WHAT IS BEING ASKED:
Stop after the line that contains "face CYL(AX(P(0,0,0),D(1,0,0),D(0,1,0)),8) [-e7]"; until then, restate each line of the entries word for word from the very first.

Collected data
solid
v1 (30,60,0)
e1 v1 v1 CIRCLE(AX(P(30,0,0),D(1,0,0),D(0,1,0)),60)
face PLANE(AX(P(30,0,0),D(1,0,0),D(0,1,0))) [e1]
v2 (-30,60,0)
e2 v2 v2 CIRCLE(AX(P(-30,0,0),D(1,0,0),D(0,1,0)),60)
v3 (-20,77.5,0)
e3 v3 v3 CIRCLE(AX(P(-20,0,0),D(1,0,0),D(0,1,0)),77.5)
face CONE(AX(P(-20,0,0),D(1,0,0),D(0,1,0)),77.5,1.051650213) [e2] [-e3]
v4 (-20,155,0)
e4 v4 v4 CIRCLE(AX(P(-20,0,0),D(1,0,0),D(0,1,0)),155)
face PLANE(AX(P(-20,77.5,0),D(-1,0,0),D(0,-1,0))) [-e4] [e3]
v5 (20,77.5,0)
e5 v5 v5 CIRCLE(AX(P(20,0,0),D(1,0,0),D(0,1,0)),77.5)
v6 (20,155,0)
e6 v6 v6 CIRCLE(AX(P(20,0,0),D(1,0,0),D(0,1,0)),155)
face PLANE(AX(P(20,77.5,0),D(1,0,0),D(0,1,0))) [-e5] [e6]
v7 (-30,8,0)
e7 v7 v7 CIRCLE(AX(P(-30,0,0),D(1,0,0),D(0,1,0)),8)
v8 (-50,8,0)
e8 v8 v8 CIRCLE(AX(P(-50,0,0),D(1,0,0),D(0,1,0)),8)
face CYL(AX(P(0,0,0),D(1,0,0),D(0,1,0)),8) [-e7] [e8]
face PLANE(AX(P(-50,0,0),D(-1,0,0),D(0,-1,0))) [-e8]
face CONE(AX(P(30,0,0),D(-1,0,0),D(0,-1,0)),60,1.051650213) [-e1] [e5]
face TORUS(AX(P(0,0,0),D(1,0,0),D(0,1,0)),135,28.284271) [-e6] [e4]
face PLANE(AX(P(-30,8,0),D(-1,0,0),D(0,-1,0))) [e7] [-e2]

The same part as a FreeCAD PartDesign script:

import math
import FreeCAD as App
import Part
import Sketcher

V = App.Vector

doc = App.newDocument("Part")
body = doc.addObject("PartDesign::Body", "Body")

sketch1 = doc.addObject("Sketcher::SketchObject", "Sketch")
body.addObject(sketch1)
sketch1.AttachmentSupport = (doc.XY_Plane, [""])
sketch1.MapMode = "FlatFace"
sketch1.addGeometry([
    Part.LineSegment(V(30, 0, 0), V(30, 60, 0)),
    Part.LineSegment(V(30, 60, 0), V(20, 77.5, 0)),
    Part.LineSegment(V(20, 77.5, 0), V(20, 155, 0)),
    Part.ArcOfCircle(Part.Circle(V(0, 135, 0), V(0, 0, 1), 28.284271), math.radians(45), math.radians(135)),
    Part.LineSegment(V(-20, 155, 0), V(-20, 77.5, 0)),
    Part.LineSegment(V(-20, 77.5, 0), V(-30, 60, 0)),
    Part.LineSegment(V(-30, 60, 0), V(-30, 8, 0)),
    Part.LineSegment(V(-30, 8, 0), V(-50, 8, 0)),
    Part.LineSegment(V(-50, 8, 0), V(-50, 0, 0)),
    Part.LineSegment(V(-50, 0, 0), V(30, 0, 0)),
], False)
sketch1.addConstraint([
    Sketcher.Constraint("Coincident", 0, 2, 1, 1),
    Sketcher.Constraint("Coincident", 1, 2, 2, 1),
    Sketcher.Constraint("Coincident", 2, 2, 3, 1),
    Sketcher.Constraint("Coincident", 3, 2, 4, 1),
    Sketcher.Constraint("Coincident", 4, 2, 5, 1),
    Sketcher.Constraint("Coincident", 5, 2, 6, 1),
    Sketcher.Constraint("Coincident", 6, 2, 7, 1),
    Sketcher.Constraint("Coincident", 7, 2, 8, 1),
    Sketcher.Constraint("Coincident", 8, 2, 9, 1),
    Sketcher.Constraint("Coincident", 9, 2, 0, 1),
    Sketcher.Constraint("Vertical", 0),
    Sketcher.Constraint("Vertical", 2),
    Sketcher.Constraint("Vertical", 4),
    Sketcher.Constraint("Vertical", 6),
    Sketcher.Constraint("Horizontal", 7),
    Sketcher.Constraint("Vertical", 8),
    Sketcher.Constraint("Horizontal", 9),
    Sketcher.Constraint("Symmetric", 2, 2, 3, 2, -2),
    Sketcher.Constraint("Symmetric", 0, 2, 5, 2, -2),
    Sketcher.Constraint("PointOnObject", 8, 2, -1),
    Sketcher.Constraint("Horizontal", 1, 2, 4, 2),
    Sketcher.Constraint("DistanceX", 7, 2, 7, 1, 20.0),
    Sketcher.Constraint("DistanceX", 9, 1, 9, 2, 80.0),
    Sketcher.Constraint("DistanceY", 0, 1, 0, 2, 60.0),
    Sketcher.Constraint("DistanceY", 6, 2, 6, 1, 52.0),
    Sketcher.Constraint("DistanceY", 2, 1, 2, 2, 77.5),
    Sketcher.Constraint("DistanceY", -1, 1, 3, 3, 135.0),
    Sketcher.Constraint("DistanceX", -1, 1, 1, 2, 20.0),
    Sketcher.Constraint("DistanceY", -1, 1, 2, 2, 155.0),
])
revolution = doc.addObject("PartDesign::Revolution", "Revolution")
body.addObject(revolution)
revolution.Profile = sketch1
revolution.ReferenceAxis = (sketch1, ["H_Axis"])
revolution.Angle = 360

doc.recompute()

EXPECTED ANSWER:
solid
v1 (30,60,0)
e1 v1 v1 CIRCLE(AX(P(30,0,0),D(1,0,0),D(0,1,0)),60)
face PLANE(AX(P(30,0,0),D(1,0,0),D(0,1,0))) [e1]
v2 (-30,60,0)
e2 v2 v2 CIRCLE(AX(P(-30,0,0),D(1,0,0),D(0,1,0)),60)
v3 (-20,77.5,0)
e3 v3 v3 CIRCLE(AX(P(-20,0,0),D(1,0,0),D(0,1,0)),77.5)
face CONE(AX(P(-20,0,0),D(1,0,0),D(0,1,0)),77.5,1.051650213) [e2] [-e3]
v4 (-20,155,0)
e4 v4 v4 CIRCLE(AX(P(-20,0,0),D(1,0,0),D(0,1,0)),155)
face PLANE(AX(P(-20,77.5,0),D(-1,0,0),D(0,-1,0))) [-e4] [e3]
v5 (20,77.5,0)
e5 v5 v5 CIRCLE(AX(P(20,0,0),D(1,0,0),D(0,1,0)),77.5)
v6 (20,155,0)
e6 v6 v6 CIRCLE(AX(P(20,0,0),D(1,0,0),D(0,1,0)),155)
face PLANE(AX(P(20,77.5,0),D(1,0,0),D(0,1,0))) [-e5] [e6]
v7 (-30,8,0)
e7 v7 v7 CIRCLE(AX(P(-30,0,0),D(1,0,0),D(0,1,0)),8)
v8 (-50,8,0)
e8 v8 v8 CIRCLE(AX(P(-50,0,0),D(1,0,0),D(0,1,0)),8)
face CYL(AX(P(0,0,0),D(1,0,0),D(0,1,0)),8) [-e7] [e8]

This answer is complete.